We suspect that the strong stimulation of renin by angiotensin II blockade in vivo may be mostly indirect and involve participation of other cell types and the concerted action of ligands that require Gsα signaling. In fact, several complex pathways have been identified along which angiotensin II can exert inhibitory effects on renin release and expression. Previous reports have shown that inhibition or genetic deletion of COX-2 markedly attenuates the stimulatory effect of angiotensin II blockade on renin.^15,27,28 Thus, a reduction in angiotensin II signaling, probably at the level of the macula densa and/or thick ascending limb cells, appears to lessen COX-2 inhibition. This is consistent with the observation that COX-2 expression is markedly upregulated in angiotensin-II-blocked or -deficient mice.^27,29,30 A 5-fold upregulation of COX-2 and of urinary PGE2 excretion has also been described in the Gsα-deficient mice used in this study.¹³ Increased COX-2-mediated generation of PGE2 could then stimulate renin release through the prostaglandin E receptor 4, which signals through a Gsα-coupled receptor, therefore this mechanism would be disrupted in Gsα-deficient mice. Nevertheless, the observation that captopril retains some modest stimulatory effect in COX-2-deficient animals indicates the participation of additional non-PGE2 pathways.²¹

Upregulation of neuronal NO synthase in mice with AT_1A receptor or angiotensinogen deletions indicates that angiotensin II exerts a suppressing effect on neuronal NO synthase expression.^31,32 Increased levels of NO may stimulate COX-2 and thereby indirectly enhance renin expression and release in a Gsα-dependent fashion.³³ This action would be magnified by the effect of NO to inhibit phosphodiesterase 3 and thereby to stabilize cAMP.^34,35 Finally, angiotensin II removal is usually associated with a decrease of MAP and reflex activation of the sympathetic nervous system. That the effect of both of these changes are mediated by ligands that signal through Gsα is supported by our previous finding that the effects of a BP reduction by hydralazine and of the β-adrenergic agonist isoproterenol on plasma renin are drastically curtailed in Gsα-deficient mice.¹³ The proposal that the stimulatory effect of ACEI and ARB on the renin system is the result of an activation of several pathways that all converge on cellular cAMP is fully supported by the observation that simultaneous inhibition of the prostaglandin, catecholamine, and NO inputs is necessary to mimic the effect of Gsα deletion.

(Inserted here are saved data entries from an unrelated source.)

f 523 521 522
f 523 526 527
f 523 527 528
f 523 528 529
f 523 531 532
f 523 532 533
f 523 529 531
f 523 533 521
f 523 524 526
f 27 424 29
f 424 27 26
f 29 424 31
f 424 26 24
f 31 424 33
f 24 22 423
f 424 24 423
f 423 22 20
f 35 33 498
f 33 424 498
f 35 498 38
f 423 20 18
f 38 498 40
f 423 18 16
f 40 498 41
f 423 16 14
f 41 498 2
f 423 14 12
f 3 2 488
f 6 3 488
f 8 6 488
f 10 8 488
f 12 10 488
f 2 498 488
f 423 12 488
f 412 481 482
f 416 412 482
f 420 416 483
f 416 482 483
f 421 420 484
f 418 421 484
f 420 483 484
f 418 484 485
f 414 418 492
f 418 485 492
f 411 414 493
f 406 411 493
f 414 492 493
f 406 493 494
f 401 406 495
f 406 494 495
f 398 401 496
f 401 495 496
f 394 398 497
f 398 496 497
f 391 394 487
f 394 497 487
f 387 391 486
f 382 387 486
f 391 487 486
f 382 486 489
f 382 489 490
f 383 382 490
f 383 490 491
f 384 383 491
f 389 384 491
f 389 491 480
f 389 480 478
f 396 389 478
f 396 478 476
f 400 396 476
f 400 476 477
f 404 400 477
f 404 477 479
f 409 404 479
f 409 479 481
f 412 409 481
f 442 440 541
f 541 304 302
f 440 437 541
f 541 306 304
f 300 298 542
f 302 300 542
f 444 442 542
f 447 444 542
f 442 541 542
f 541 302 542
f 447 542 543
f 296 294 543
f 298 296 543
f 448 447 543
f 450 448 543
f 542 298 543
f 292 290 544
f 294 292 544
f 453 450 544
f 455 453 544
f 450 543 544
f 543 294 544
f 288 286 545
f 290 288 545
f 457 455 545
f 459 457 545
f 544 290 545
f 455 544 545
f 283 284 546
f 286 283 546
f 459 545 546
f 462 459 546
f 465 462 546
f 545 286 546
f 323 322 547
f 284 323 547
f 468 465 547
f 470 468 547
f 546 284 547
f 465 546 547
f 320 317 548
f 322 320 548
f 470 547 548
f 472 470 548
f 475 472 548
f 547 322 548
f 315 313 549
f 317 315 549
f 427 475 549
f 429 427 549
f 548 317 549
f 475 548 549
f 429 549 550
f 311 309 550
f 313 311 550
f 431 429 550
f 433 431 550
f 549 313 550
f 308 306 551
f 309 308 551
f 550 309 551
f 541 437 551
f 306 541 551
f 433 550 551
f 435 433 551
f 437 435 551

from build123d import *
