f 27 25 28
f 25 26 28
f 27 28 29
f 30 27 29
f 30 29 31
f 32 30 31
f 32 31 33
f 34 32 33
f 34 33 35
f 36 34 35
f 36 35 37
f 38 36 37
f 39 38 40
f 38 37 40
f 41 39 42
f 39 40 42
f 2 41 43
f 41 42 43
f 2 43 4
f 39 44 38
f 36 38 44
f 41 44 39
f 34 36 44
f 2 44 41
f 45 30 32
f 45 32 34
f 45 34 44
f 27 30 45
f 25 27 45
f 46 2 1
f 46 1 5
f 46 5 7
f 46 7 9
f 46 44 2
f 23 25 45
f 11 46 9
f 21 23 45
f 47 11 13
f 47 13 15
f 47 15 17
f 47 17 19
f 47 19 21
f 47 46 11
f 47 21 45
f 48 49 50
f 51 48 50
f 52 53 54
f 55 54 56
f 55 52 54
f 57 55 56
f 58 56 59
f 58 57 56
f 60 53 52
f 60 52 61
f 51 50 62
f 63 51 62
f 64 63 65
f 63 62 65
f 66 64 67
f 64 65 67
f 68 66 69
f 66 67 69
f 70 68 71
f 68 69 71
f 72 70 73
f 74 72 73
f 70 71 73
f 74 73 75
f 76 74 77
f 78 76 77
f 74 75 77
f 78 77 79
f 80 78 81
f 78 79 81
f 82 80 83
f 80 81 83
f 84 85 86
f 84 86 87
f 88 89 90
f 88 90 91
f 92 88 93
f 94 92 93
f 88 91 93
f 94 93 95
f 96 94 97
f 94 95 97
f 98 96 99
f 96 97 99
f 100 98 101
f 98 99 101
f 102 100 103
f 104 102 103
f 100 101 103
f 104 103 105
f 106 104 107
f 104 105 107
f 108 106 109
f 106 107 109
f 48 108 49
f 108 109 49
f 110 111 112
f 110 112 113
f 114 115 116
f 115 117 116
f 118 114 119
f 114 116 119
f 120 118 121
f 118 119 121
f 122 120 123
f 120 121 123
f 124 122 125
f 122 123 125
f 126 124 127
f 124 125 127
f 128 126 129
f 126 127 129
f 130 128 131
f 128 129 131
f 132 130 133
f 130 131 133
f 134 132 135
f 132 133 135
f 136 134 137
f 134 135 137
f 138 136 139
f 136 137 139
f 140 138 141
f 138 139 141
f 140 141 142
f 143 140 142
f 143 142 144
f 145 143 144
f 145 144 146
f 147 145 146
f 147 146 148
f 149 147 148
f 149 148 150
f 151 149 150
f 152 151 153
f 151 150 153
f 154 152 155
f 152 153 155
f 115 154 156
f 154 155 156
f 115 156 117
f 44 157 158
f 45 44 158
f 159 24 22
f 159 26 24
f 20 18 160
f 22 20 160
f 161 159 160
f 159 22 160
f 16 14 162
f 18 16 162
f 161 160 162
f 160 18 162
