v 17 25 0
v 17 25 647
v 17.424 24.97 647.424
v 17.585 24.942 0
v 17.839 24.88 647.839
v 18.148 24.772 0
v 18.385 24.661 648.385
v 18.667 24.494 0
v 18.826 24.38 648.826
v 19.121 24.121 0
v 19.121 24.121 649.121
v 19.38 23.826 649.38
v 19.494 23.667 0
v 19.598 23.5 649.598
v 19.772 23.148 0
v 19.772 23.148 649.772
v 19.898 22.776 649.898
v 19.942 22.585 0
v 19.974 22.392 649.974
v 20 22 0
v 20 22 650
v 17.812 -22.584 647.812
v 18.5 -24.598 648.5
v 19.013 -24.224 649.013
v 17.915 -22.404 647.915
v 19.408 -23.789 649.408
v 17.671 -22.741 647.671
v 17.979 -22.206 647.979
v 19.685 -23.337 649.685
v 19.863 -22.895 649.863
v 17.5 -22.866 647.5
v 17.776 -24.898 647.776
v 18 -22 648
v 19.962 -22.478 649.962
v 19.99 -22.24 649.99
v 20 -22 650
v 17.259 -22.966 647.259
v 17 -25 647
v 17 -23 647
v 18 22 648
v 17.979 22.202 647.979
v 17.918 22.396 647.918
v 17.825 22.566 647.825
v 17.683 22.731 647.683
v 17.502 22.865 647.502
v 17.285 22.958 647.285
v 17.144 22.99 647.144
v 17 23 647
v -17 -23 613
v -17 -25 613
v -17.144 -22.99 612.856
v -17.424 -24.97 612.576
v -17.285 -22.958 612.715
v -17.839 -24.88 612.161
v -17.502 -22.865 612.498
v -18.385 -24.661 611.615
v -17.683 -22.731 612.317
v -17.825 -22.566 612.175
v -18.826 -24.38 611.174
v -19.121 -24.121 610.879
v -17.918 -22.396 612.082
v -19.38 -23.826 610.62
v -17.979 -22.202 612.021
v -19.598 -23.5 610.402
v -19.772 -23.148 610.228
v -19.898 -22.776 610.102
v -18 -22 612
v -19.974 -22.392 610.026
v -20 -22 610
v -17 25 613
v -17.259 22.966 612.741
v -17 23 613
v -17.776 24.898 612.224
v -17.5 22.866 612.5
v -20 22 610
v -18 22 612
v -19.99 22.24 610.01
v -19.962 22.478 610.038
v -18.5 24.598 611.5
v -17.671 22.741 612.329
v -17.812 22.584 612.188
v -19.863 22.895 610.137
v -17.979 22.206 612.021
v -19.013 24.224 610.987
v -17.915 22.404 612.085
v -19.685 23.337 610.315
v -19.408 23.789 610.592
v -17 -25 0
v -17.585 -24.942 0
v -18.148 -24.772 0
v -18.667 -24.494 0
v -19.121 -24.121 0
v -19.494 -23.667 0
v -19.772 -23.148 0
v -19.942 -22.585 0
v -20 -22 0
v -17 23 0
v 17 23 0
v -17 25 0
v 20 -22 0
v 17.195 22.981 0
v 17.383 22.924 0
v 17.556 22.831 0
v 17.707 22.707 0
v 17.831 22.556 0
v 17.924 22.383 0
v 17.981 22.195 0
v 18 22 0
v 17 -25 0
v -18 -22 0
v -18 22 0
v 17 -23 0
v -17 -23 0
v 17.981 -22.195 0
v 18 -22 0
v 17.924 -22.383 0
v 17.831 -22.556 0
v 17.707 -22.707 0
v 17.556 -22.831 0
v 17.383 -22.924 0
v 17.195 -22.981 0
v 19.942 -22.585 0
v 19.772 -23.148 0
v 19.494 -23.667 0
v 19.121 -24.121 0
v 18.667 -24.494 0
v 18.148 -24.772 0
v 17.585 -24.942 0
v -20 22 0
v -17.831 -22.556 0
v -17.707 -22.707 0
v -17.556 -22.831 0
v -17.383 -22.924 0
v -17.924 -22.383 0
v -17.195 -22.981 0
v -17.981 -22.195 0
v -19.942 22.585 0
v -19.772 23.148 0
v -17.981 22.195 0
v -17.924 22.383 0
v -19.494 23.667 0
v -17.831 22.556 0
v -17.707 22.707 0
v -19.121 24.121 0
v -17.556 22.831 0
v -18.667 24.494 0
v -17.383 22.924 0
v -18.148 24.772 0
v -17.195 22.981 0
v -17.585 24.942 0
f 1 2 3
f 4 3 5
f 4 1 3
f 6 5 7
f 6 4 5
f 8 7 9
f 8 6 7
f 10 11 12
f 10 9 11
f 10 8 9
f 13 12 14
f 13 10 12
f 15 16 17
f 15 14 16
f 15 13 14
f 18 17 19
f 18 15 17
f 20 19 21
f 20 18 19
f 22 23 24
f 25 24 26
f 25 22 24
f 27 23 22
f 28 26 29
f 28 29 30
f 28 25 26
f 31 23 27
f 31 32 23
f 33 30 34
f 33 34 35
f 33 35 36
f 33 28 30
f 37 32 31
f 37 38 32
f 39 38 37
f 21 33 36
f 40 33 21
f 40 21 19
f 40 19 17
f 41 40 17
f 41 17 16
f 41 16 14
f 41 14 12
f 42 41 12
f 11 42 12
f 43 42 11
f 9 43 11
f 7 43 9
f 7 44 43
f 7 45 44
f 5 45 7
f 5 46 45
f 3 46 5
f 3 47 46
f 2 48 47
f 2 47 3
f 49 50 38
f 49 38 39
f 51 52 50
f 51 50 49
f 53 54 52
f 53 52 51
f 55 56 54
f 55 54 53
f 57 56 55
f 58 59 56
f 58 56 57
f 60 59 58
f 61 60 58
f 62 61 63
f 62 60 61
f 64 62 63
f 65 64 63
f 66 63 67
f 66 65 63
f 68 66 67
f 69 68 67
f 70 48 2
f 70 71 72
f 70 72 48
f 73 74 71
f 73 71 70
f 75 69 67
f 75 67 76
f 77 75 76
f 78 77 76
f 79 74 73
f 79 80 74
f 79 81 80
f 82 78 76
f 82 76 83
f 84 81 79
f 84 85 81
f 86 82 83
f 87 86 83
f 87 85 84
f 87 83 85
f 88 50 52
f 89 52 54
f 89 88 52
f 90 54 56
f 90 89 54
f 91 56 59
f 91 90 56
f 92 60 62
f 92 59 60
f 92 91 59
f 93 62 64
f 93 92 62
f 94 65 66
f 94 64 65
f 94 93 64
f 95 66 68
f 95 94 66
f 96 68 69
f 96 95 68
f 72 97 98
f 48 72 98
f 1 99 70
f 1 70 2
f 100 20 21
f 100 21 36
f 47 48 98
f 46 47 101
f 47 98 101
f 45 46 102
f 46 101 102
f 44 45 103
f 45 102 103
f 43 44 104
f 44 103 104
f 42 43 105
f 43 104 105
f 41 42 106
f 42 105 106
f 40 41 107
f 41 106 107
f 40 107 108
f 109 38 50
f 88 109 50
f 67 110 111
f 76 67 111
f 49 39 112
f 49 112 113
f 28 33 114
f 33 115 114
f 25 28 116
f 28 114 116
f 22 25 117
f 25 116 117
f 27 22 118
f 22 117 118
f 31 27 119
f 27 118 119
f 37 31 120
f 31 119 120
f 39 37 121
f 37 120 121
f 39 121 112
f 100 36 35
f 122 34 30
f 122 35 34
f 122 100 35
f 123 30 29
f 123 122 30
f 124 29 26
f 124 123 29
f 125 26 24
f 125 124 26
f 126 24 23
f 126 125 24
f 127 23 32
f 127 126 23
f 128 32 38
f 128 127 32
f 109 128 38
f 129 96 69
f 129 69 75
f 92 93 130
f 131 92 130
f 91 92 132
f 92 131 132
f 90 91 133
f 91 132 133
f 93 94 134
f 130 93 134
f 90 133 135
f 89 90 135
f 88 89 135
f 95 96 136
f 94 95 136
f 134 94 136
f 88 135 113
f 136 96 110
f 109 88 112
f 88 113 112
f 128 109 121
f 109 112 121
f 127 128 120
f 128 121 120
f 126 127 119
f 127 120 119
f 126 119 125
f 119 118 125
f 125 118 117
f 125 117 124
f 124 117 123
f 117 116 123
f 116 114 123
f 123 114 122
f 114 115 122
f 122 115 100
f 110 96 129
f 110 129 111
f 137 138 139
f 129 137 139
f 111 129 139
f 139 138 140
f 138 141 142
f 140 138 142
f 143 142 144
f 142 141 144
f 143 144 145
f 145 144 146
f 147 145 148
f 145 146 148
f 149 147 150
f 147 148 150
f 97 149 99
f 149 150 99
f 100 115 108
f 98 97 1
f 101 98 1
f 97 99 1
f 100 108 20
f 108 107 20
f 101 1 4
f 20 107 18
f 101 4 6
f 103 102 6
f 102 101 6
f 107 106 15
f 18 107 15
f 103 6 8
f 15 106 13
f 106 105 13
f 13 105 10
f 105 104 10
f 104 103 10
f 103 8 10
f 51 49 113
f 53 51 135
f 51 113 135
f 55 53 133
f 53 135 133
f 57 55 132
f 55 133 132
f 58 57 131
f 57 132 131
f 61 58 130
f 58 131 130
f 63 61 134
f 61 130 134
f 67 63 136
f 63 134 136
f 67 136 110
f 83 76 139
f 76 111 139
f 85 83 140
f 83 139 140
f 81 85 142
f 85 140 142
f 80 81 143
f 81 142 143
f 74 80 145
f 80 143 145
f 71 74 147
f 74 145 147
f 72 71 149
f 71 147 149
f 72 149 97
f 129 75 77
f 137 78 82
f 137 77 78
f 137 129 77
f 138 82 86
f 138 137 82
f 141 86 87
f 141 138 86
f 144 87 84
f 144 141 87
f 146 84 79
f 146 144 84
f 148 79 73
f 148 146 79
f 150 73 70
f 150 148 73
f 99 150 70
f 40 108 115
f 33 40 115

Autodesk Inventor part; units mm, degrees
ref_plane "Start plane" through (0, 0, 0) normal (0, 0, 1) x (1, 0, 0)
ref_plane "End plane" through (0, 0, 650) normal (0, 0, 1) x (1, 0, 0)
sketch "Sketch" plane through (0, 0, 0) normal (0, 0, 1) x (1, 0, 0)
  line L0 (-20, -22) -> (-20, 22)
  line L1 (-17, 25) -> (17, 25)
  line L2 (20, 22) -> (20, -22)
  line L3 (17, -25) -> (-17, -25)
  arc A0 (-20, -22) -> (-17, -25) centre (-17, -22) ccw
  arc A1 (-17, 25) -> (-20, 22) centre (-17, 22) ccw
  arc A2 (20, 22) -> (17, 25) centre (17, 22) ccw
  arc A3 (17, -25) -> (20, -22) centre (17, -22) ccw
  arc A4 (-17, 23) -> (-18, 22) centre (-17, 22) ccw
  line L4 (-17, 23) -> (17, 23)
  arc A5 (18, 22) -> (17, 23) centre (17, 22) ccw
  line L5 (18, 22) -> (18, -22)
  arc A6 (17, -23) -> (18, -22) centre (17, -22) ccw
  line L6 (17, -23) -> (-17, -23)
  arc A7 (-18, -22) -> (-17, -23) centre (-17, -22) ccw
  line L7 (-18, -22) -> (-18, 22)
  line L8 (0, 35.8698) -> (0, -35.8698) construction
  line L9 (-28.8698, 0) -> (28.8698, 0) construction
  dimension "d7" = 3
  dimension "d10" = 50
  dimension "d11" = 40
  dimension "d12" = 2
  dimension "d15" = 25
  dimension "d16" = 20
extrude "Body" add sketch "Sketch" along normal up to surface (650 mm away) from surface at 0
sketch "Sketch3" plane through (0, 0, 0) normal (0, 0, 1) x (1, 0, 0)
  line L0 (0, 0) -> (10, 0)
ref_plane "Work Plane3" through (0, 0, 0) normal (0, -1, 0) x (1, 0, 0)
sketch "Sketch4" plane through (0, 0, 0) normal (0, -1, 0) x (1, 0, 0)
  line L0 (-2, 0) -> (12, 0)
  line L1 (-2, 650) -> (12, 650)
  dimension "d18" = 650
ref_plane "Work Plane5" through (20, 0, 650) normal (-0.7071, 0, 0.7071) x (0.7071, 0, 0.7071)
split "Split2" plane through (20, 0, 650) removes the side toward (-0.7071, 0, 0.7071)
equation "\"d7\" = G_IR"
equation "\"d10\" = G_H"
equation "\"d11\" = G_W"
equation "\"d12\" = G_T"
equation "\"d15\" = 0.5 * d10"
equation "\"d16\" = 0.5 * d11"
equation "\"d3\" = G_L"
equation "\"G_W\" = 40"
equation "\"G_H\" = 50"
equation "\"G_T\" = 2"
equation "\"G_IR\" = 3"
equation "\"G_L\" = d18"
equation "\"G_OFFSET_START\" = 0"
equation "\"G_OFFSET_END\" = 0"
equation "\"d14\" = G_OFFSET_END + B_L"
equation "\"B_L\" = 650"
properties part number "UNI EN 10305-5 - 50 x 40 x 2  - 650" material "Steel, Mild"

The data presented here show that the stimulatory effects of inhibitors of angiotensin II generation and action on renin synthesis and release are largely obliterated in mice with JG cell-specific deletion of Gsα. Thus, ACEI and ARB appear to affect renin secretion indirectly through mechanisms that utilize ligands acting through a Gsα-dependent pathway. Catecholamines, prostaglandins, and NO seem to act in a concerted fashion as mediators of ACEI- and ARB-stimulated renin secretion.